It is one of those fascinating experiences of reading that let one enter into old political arguments, wander through them as if in an attic, and find among the detritus of so much misplaced, or misspent, analysis, otherwise quality writing. Dimiter Dimov’s (Bulgaria, 1909-1966) writing is certainly marked by it’s time and in parts is not shy about them, yet underneath the cruft, the antiquated arguments that time has only made seem exaggerated, or, at least, mistargeted, is some solid writing. If one were to spend time wading in the intellectual past of the mid 20th century, Damned Souls is not a bad choice.
Damned Souls takes place in Spain right before the July, 1936 outbreak of the Spanish Civil War. Dimov spent considerable time in Spain between 1939-1946. I came across his name in Juan Eduardo Zúñiga’s La tierra será un paraíso (The Earth Will Be a Paradise). In that story he is working in a veterinary lab with Zúñiga and they find themselves planning to help Republican refuges to return to Madrid via clandestine methods. It comes to nothing, as does so much in Zúñiga’s post war Madrid, but what is evident is his deep admiration for Dimov.
At it’s core, Damned Souls is a debate between conservative religion and an open, an in some ways ideal, worker centered society. It was the crux of the Spanish Civil war, so the novel fits within that context. As a novel, though, Damned Souls has to make that case as forcefully as it can. Or at least, that is what Dimov tries to do. It makes for occasionally overwrought moments. At its best, Dimov captures the frustrations of his characters. The first third describes the harrowing drug addiction of Fanny, an English woman, who falls in love a reactionary Jesuit priest. The desperation and the lengths she goes to get her fix are some of the best writing of the book. He really captures the sad determination of an addict.
The rest of the book takes place in the months before the war. Fanny, at that point not an addict, is the stereotypical upper class floater, more interested in having a good time than anything else. In a chance encounter she meets a Jesuit priest and falls in love with him. She begins following him around Spain, trying to get in his good graces. Finally, she lands at small town in northern Spain where he has set up a typhus hospital. He won’t accept her help, so she sets up a rival hospital. Next to it. As the outbreak spreads and more and more of the pueblo’s poor die futile deaths, it comes out that all the priest cares about is taking her money and reestablishing the Spanish empire. It’s that last bit that seems cartoonish, as if he could do it. Or perhaps it’s just the delusion that was at the back of Franco’s supporters. Because the arguments are so distant, it is hard to see them as real, even if they are the same ones in Doña Perfecta. Whatever the case, the descent of the hospital into disease is horrific, and, again, shows Dimov’s skill as a writer.
Ultimately, it is the Republican forces who take the camp over, and in a day remedy all the problems, delousing and burning all infect materials.

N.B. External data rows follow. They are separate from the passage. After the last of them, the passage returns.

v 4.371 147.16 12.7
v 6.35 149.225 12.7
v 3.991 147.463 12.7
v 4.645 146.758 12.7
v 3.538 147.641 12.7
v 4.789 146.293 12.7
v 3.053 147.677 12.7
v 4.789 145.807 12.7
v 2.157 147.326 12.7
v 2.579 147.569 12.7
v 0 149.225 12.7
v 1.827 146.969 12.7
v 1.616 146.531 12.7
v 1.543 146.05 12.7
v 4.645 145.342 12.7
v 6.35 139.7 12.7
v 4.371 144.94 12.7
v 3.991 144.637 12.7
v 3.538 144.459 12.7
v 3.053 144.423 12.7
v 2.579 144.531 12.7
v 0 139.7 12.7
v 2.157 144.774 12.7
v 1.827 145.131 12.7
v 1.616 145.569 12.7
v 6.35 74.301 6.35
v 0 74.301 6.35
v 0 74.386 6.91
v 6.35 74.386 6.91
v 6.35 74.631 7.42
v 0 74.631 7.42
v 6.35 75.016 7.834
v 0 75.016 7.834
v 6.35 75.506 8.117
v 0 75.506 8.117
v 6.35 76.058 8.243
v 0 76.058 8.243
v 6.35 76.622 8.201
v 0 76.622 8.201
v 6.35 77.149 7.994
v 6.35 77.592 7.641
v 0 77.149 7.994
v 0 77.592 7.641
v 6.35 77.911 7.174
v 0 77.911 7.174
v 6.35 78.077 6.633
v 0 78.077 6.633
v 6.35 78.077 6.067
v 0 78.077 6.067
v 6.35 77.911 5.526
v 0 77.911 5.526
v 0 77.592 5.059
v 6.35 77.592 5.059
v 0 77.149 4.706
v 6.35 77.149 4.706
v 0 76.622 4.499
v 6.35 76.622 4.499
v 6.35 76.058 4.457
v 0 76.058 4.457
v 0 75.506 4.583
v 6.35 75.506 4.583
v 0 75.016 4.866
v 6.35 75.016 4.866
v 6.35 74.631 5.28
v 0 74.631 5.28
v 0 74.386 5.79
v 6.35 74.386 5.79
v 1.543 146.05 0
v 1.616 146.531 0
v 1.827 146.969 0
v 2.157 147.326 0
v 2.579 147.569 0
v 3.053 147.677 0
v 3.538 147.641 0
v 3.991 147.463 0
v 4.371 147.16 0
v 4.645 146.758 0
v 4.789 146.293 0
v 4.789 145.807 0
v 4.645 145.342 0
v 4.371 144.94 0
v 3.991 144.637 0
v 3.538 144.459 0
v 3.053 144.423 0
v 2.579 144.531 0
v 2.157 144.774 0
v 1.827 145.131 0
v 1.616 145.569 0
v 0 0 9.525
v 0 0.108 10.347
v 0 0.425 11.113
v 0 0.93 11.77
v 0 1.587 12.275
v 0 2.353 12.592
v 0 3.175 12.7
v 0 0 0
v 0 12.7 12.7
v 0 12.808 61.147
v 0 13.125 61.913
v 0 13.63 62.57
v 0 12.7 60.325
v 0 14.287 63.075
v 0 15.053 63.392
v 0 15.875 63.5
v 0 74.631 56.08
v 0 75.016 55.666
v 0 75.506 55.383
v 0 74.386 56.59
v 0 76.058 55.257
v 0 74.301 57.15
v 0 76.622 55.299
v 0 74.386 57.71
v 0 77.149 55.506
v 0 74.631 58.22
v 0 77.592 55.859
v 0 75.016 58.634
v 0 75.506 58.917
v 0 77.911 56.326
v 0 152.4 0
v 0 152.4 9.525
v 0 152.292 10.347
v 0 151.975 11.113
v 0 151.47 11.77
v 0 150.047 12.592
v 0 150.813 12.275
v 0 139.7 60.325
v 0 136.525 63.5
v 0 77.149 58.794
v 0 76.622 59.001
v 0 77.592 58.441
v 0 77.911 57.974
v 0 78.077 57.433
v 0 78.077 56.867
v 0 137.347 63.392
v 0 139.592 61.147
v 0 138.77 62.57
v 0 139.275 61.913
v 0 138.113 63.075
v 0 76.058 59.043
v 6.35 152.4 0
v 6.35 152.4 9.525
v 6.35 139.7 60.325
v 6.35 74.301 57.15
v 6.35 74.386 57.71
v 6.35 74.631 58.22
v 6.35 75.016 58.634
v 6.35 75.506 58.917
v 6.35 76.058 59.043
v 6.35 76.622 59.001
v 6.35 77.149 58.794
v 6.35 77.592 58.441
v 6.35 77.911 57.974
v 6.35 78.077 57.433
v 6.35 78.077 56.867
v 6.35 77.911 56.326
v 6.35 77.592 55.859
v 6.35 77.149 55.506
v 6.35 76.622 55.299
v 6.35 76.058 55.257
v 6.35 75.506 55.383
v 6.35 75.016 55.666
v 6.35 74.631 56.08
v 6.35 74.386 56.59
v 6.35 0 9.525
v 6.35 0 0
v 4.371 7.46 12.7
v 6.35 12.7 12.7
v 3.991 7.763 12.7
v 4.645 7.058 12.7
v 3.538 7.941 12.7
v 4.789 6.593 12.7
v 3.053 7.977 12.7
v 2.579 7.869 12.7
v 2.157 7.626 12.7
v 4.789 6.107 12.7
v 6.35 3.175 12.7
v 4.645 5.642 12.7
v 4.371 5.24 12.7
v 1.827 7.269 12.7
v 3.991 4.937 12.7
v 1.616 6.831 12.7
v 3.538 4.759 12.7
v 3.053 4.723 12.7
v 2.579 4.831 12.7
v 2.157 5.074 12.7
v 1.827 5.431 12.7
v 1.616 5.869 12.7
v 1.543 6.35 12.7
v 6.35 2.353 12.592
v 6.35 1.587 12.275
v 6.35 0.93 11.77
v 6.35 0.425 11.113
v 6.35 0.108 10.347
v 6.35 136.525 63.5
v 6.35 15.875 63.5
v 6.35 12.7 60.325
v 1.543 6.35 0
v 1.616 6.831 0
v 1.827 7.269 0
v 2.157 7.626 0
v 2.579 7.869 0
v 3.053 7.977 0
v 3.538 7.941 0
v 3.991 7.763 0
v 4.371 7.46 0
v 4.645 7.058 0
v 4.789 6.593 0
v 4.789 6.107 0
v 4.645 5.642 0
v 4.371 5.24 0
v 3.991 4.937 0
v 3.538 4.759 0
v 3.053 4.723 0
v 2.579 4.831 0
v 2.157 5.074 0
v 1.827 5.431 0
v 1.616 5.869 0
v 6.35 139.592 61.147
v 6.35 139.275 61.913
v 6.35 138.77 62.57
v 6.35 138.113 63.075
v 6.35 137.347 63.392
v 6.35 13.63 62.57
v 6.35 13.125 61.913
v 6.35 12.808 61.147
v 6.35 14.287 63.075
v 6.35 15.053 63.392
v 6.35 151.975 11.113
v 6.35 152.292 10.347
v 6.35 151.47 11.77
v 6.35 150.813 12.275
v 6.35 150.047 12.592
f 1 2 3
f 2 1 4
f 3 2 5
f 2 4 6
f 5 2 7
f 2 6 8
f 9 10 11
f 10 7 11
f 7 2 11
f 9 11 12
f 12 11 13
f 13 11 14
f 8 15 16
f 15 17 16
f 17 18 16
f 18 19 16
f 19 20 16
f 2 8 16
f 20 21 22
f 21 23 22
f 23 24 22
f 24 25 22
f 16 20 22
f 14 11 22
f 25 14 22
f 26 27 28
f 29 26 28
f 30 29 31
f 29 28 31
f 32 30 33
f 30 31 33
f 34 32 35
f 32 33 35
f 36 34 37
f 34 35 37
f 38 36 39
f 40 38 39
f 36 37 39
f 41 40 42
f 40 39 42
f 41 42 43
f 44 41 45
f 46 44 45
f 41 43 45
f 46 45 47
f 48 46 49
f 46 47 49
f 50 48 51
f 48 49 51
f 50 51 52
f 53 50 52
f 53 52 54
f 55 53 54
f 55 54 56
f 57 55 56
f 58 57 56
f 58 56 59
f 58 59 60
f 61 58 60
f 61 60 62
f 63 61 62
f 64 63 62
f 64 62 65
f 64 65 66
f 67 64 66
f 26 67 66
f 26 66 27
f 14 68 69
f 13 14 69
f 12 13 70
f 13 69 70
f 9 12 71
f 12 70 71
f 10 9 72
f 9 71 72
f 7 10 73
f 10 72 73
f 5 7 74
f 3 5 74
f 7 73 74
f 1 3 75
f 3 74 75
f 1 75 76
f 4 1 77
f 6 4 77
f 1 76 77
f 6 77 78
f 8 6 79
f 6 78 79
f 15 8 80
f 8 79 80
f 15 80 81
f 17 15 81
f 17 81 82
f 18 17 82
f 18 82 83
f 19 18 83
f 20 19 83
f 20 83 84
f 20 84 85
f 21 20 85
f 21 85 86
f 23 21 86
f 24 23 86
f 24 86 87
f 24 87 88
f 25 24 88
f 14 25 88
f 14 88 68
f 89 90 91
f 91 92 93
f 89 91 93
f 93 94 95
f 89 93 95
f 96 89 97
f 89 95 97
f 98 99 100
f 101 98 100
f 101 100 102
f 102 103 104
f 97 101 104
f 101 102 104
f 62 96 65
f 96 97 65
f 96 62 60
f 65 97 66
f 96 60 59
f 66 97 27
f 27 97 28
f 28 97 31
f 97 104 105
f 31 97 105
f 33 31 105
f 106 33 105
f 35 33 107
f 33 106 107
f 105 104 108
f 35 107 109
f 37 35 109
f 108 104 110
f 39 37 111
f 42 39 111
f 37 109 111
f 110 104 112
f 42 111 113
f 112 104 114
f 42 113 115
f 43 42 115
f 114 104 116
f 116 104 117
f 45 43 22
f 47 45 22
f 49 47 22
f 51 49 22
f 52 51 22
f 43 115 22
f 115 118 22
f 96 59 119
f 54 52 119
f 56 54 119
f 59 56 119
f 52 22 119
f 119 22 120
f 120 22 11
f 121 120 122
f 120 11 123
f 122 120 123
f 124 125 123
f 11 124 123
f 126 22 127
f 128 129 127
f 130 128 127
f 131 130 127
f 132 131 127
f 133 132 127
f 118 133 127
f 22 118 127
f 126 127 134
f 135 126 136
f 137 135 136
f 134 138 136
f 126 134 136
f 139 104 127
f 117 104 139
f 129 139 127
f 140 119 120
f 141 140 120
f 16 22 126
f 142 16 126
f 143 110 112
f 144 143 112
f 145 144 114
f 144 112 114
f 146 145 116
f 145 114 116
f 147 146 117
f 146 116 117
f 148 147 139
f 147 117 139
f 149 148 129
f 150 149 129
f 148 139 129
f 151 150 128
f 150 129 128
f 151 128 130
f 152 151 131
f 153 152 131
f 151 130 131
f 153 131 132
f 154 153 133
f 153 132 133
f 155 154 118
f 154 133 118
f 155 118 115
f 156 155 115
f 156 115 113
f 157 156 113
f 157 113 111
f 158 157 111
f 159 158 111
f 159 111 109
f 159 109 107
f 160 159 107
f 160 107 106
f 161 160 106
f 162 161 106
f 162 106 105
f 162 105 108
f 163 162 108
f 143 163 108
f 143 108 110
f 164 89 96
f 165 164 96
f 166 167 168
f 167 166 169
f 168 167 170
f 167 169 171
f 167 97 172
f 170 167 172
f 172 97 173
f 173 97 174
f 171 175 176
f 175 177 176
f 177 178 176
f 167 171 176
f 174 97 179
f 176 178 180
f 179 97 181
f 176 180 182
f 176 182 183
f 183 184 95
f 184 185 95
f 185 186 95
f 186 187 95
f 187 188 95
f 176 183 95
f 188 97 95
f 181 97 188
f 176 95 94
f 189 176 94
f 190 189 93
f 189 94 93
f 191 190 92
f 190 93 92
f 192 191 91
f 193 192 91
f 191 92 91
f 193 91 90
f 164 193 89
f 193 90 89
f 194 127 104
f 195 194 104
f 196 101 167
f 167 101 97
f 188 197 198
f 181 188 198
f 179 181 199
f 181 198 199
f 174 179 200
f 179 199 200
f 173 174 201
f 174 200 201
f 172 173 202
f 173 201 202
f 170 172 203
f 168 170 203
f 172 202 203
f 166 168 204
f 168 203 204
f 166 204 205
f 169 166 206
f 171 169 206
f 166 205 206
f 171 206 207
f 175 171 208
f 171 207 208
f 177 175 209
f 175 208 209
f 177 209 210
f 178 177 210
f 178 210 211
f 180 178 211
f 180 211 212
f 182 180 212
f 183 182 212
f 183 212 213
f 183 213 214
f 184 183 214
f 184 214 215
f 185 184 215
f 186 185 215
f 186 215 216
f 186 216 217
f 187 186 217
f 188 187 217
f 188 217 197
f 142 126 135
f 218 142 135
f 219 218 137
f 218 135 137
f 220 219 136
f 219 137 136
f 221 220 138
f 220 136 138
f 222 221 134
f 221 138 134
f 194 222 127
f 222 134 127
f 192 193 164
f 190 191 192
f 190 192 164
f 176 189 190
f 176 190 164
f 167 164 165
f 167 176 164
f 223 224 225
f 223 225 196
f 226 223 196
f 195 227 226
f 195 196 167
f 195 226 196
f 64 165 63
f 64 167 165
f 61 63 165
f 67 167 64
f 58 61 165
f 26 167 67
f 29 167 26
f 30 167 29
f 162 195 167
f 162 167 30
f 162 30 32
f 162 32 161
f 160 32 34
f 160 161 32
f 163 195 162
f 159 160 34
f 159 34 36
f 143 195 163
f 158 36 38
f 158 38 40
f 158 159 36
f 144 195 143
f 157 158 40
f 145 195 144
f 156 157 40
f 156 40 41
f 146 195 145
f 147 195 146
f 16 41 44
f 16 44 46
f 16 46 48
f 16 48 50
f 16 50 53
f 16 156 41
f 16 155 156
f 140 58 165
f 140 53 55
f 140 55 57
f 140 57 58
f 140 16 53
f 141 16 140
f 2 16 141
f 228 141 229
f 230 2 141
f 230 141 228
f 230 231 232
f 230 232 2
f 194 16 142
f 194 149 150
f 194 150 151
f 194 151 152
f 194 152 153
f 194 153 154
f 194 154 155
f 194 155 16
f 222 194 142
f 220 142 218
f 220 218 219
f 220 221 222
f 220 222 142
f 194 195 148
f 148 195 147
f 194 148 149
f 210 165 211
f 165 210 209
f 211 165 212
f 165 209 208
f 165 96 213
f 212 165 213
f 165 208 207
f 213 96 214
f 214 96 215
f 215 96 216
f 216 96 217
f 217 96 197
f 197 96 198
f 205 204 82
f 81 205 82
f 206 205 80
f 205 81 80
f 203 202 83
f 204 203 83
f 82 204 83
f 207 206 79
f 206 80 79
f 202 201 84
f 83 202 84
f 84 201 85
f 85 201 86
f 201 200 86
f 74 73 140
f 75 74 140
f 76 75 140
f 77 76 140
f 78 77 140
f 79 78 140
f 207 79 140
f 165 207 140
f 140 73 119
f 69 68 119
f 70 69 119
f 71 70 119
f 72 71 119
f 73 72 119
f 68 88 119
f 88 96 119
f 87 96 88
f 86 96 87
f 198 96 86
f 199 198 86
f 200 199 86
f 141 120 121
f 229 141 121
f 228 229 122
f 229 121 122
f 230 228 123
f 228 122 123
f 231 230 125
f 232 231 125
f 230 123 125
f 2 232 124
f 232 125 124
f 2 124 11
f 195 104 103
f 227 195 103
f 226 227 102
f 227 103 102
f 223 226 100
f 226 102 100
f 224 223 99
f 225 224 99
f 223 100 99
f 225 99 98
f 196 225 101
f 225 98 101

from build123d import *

# Parameters (mm, degrees)
F1_DEPTH = 6.35
F3_D     = 3.7973
F5_D     = 3.2639


with BuildPart() as f1:
    # F0 (on Right) → F1 (new body)
    with BuildSketch(Plane.YZ):
        with BuildLine():
            Line((0, 9.525), (0, 0))
            Line((0, 0), (152.4, 0))
            Line((152.4, 0), (152.4, 9.525))
            ThreePointArc((152.4, 9.525), (151.4700640303, 11.7700640303), (149.225, 12.7))
            Line((149.225, 12.7), (139.7, 12.7))
            Line((139.7, 12.7), (139.7, 60.325))
            ThreePointArc((139.7, 60.325), (138.7700640303, 62.5700640303), (136.525, 63.5))
            Line((136.525, 63.5), (15.875, 63.5))
            ThreePointArc((15.875, 63.5), (13.6299359697, 62.5700640303), (12.7, 60.325))
            Line((12.7, 60.325), (12.7, 12.7))
            Line((12.7, 12.7), (3.175, 12.7))
            ThreePointArc((3.175, 12.7), (0.9299359697, 11.7700640303), (0, 9.525))
        make_face()
    extrude(amount=F1_DEPTH)

    # F3 (through all)
    with Locations(Plane.YZ.offset(6.35)):
        with Locations((76.2, 57.15), (76.2, 6.35)):
            Hole(F3_D / 2)

    # F5 (through all)
    with Locations(Plane.XY.offset(12.7)):
        with Locations((3.175, 6.35), (3.175, 146.05)):
            Hole(F5_D / 2)


solid = f1.part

It’s as if the old system was incapable, even when it tries to use modern methods, is incapable of helping the people. Dimov avoids any discussions of Republican politics, other than trad unions, but there is an undercurrent here that without knowing his work better, is hard to decide which way he is going. Is this socialist realism, or just an over exuberant anti-fascist? That aside, the debates are still present and would not feel as heavy handed if, and this is perhaps the biggest issue with the book, Dimov didn’t continually throw around generalizations, usually in the form, the Spanish are a nation of fill in the blank.
Despite it’s flaws, Damned Souls is well written and should be read, not as a book about Spain, but as one author’s reaction to Spain and the Civil War.